Skin Deep is also partly a mystery — who stole the corpse, and how did they do it? Where is the keycode? I was in the dark until the last pages, though Sanderson gave me a few clues that I missed (I love it when that happens).
I mentioned in my review of Legion that the shortness of these stories means that we don’t get to know Stephen’s aspects very well, but in Skin Deep we get to spend a lot of time with three of them — Tobias is a historian, Ivy is a psychologist, and J.C. is an ex-Navy Seal. Ivy and J.C. have an on-again-off-again romance which adds some humor and some extra weirdness. J.C. doesn’t want to admit he’s not real, so he thinks of himself as an inter-dimensional time traveler who comes to help people in need. (Each of the aspects has their own personality quirks and maybe even mental illnesses.) The aspects can eat, go to the bathroom, and talk to each other on imaginary cell phones. I’m not really sure it always works, but it’s entertaining and it does solve the problem for Sanderson of how to make his hero have so much knowledge and skill without making him seem like a god.
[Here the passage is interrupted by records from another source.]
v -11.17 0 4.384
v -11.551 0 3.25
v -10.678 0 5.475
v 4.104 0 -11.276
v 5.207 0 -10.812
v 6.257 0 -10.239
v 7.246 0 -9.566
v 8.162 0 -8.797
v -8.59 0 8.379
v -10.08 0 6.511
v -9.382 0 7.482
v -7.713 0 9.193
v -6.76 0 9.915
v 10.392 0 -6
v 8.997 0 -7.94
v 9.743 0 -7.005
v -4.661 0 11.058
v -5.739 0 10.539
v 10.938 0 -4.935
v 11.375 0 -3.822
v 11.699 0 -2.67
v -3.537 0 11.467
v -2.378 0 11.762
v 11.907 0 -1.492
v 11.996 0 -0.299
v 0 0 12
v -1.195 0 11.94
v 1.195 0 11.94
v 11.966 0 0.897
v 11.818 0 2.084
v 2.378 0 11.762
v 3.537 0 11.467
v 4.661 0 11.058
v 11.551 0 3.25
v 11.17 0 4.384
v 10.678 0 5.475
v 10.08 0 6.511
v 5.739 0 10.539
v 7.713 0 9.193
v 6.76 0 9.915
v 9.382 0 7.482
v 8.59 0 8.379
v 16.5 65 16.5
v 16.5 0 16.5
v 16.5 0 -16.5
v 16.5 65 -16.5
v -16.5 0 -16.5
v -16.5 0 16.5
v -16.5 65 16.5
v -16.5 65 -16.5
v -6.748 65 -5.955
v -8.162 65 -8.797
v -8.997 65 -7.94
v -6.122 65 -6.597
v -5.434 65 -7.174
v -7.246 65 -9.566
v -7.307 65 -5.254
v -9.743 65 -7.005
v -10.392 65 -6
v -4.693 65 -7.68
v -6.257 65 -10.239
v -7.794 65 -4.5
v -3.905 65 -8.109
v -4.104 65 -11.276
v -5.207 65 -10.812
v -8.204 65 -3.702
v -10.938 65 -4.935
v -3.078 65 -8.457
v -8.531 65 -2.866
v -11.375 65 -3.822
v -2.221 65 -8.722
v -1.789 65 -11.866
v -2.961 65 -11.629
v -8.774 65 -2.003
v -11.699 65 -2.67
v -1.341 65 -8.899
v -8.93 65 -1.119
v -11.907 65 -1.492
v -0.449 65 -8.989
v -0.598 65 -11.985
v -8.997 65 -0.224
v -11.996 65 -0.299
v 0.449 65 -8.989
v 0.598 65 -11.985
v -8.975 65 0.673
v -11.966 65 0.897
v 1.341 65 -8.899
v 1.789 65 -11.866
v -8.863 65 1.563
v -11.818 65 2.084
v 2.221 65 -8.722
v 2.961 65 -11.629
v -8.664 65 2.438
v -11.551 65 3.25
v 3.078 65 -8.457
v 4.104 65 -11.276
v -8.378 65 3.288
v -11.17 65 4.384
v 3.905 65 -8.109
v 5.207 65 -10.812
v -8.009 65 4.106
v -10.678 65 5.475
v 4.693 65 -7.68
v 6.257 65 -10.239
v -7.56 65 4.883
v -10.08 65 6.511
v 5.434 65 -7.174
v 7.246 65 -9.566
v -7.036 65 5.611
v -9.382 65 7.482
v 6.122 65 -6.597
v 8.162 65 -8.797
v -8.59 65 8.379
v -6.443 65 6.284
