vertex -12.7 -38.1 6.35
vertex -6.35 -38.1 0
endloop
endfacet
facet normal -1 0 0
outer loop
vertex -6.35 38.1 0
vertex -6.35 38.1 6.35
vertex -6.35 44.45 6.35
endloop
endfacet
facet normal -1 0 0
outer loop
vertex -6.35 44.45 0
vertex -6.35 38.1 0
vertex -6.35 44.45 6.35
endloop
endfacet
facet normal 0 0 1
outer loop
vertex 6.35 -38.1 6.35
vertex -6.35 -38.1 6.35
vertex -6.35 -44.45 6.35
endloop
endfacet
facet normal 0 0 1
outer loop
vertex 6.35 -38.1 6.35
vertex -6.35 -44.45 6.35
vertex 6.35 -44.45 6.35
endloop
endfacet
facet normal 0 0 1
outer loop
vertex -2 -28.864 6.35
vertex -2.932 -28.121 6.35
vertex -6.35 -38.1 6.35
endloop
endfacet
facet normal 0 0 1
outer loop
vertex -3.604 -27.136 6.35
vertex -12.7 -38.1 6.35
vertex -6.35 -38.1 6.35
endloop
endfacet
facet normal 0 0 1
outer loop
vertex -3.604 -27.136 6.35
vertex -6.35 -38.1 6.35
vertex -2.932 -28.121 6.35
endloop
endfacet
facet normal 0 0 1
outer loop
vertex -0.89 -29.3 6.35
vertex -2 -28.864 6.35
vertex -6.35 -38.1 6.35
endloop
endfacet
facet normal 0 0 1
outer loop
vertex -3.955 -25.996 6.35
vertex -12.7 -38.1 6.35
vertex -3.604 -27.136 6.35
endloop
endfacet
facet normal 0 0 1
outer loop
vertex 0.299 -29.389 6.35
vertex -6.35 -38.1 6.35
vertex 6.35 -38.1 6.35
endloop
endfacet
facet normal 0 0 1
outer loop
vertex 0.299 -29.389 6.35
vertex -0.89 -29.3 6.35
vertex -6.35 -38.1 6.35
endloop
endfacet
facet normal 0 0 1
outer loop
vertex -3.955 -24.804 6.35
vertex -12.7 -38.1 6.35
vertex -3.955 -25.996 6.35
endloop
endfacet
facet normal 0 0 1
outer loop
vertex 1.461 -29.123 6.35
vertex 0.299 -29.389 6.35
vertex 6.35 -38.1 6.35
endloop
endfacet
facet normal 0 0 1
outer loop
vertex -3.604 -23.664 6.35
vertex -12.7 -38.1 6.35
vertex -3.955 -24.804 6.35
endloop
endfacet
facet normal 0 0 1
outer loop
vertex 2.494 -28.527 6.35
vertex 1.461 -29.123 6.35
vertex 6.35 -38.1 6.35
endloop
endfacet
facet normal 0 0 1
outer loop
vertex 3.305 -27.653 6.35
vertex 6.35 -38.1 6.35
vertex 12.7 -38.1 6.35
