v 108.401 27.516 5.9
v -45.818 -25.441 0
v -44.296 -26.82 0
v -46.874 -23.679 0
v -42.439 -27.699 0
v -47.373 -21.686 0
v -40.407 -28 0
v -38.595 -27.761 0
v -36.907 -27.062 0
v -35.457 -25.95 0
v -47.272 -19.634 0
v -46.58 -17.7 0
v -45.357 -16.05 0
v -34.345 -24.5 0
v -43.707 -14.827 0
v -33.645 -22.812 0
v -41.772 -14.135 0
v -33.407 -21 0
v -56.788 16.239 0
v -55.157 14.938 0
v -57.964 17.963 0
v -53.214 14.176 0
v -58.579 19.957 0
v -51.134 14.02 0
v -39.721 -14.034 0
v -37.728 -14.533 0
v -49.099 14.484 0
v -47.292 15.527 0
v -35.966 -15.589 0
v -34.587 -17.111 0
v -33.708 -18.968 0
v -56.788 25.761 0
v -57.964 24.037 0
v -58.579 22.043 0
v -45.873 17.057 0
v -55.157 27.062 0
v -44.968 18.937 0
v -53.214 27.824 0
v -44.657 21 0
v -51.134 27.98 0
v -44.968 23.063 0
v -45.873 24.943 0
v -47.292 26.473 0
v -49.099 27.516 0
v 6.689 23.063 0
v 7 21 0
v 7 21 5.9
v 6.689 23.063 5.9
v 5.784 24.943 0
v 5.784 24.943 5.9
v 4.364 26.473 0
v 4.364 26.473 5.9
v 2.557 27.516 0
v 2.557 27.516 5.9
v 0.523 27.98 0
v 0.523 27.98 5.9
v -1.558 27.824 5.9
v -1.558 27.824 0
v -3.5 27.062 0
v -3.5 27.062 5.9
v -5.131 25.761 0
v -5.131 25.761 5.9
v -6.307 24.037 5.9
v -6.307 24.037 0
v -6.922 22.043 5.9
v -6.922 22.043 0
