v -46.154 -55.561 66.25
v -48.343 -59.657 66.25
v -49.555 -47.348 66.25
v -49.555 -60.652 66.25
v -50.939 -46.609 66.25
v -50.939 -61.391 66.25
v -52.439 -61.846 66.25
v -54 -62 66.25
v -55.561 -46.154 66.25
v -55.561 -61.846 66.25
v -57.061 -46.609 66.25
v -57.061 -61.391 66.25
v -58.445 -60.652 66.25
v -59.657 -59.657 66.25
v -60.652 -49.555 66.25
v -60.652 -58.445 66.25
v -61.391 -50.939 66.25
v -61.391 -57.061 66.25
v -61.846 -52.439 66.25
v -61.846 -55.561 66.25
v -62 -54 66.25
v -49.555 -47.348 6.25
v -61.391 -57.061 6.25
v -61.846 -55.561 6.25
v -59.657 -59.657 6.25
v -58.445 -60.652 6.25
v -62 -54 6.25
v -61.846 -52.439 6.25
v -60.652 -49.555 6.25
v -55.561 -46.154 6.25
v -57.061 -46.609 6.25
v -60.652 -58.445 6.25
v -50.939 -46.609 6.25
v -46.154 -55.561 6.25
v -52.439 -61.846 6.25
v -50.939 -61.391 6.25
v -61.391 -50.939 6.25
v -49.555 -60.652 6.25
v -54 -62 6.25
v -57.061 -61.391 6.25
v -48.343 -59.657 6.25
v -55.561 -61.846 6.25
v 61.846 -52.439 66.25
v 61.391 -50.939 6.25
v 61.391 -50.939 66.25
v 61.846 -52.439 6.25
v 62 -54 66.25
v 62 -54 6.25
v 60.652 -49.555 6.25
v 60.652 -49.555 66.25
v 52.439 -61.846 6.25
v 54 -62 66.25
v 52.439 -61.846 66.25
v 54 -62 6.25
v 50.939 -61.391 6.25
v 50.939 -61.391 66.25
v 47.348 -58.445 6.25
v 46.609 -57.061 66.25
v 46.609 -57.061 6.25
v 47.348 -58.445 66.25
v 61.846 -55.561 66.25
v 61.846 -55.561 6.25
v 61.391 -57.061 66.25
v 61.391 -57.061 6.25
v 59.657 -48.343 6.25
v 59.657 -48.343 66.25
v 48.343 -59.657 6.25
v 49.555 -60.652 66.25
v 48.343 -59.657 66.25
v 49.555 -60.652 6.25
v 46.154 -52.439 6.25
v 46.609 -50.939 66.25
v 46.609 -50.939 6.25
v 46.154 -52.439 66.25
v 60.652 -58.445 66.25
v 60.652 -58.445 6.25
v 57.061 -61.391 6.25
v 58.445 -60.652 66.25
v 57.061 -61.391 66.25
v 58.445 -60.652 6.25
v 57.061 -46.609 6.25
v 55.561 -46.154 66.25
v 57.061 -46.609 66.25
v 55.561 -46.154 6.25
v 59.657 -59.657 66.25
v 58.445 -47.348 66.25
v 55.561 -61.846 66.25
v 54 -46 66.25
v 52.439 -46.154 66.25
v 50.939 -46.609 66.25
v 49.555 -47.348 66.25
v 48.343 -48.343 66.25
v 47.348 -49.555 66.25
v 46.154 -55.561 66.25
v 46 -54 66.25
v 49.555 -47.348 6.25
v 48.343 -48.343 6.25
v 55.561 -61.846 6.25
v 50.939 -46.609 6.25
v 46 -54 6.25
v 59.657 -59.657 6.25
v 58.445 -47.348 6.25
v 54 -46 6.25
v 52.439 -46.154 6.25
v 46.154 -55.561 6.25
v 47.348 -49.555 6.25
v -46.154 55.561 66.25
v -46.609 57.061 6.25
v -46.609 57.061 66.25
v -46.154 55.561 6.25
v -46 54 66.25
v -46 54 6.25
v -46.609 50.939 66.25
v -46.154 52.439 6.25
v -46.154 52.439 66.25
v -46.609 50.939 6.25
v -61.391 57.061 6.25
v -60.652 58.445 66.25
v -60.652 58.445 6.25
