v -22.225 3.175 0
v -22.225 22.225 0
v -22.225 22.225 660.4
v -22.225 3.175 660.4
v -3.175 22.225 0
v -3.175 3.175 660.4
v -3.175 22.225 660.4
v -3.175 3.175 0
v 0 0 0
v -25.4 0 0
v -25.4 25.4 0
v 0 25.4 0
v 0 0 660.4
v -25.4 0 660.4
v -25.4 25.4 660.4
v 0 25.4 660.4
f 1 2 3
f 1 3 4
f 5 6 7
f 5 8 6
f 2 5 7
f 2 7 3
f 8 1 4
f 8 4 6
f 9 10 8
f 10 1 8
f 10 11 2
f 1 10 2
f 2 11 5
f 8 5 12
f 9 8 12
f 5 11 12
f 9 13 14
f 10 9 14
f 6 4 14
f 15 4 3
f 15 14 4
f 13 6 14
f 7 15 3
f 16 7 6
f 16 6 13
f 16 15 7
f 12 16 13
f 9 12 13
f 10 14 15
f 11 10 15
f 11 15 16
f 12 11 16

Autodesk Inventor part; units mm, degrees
ref_plane "YZ Plane" through (0, 0, 0) normal (1, 0, 0) x (0, 1, 0)
ref_plane "XZ Plane" through (0, 0, 0) normal (0, 1, 0) x (-1, 0, 0)
ref_plane "XY Plane" through (0, 0, 0) normal (0, 0, 1) x (1, 0, 0)
sketch "Sketch1" plane through (0, 0, 0) normal (0, 0, 1) x (1, 0, 0)
  line L0 (0, 0) -> (-25.4, 0)
  line L1 (-25.4, 0) -> (-25.4, 25.4)
  line L2 (-25.4, 25.4) -> (0, 25.4)
  line L3 (0, 25.4) -> (0, 0)
  line L4 (-3.175, 22.225) -> (-22.225, 22.225)
  line L5 (-22.225, 22.225) -> (-22.225, 3.175)
  line L6 (-22.225, 3.175) -> (-3.175, 3.175)
  line L7 (-3.175, 3.175) -> (-3.175, 22.225)
  dimension "d0" = 25.4
  dimension "d2" = 25.4
  dimension "d3" = 3.175
extrude "Extrusion1" add sketch "Sketch1" along normal blind 660.4
sketch "Sketch2" plane through (0, 0, 0) normal (1, 0, 0) x (0, 0, -1)
  line L0 (0, 25.4) -> (0, 0) projected
  line L1 (0, 25.4) -> (-660.4, 25.4) projected
  line L2 (-660.4, 0) -> (-660.4, 25.4) projected
  line L3 (0, 0) -> (-660.4, 0) projected
  line L4 (-113.1604, 25.4) -> (-351.652, -111.264)
  line L5 (-351.652, -111.264) -> (-415.4102, 0)
  line L6 (-113.1604, 0) -> (0, 0)
  line L7 (-113.1604, 25.4) -> (0, 25.4)
  line L8 (0, 25.4) -> (0, 0)
  line L9 (-444.6849, 0) -> (-660.4, 0)
  line L10 (-660.4, 0) -> (-660.4, 25.4)
  line L11 (-660.4, 25.4) -> (-429.9653, 25.4)
  line L12 (-429.9653, 25.4) -> (-415.4102, 0)
  line L13 (-113.1604, 25.4) -> (-100.5318, 3.3619)
  line L14 (-100.5318, 3.3619) -> (-361.0615, -145.9308)
  line L15 (-361.0615, -145.9308) -> (-444.6849, 0)
  dimension "d6" = 25.4
  dimension "d9" = 25.4
  dimension "d12" = 25.4
properties part number "bar"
There’s so much more that Sanderson can do with Stephen and his “friends” and it seems clear that more LEGION stories are planned. I’m glad. The print versions are being published by Subterranean Press and the audio versions are produced by Audible Studios. I have and can recommend both. As I write this, the audio version of Skin Deep is free. Oliver Wyman does a great job with the narration.
I was deeply impressed with Legion: Skin Deep and the level of technical expertise that went into writing it. I have loved all of Sanderson's books, and yet I feel that this is something special. My only complaint is that it is not longer.
The narrator for this, Oliver Wyman, is on of my favorites, and I was ecstatic to hear his voice when I turned the audiobook on.
If you are on the fence I highly recommend this book. It is awesome.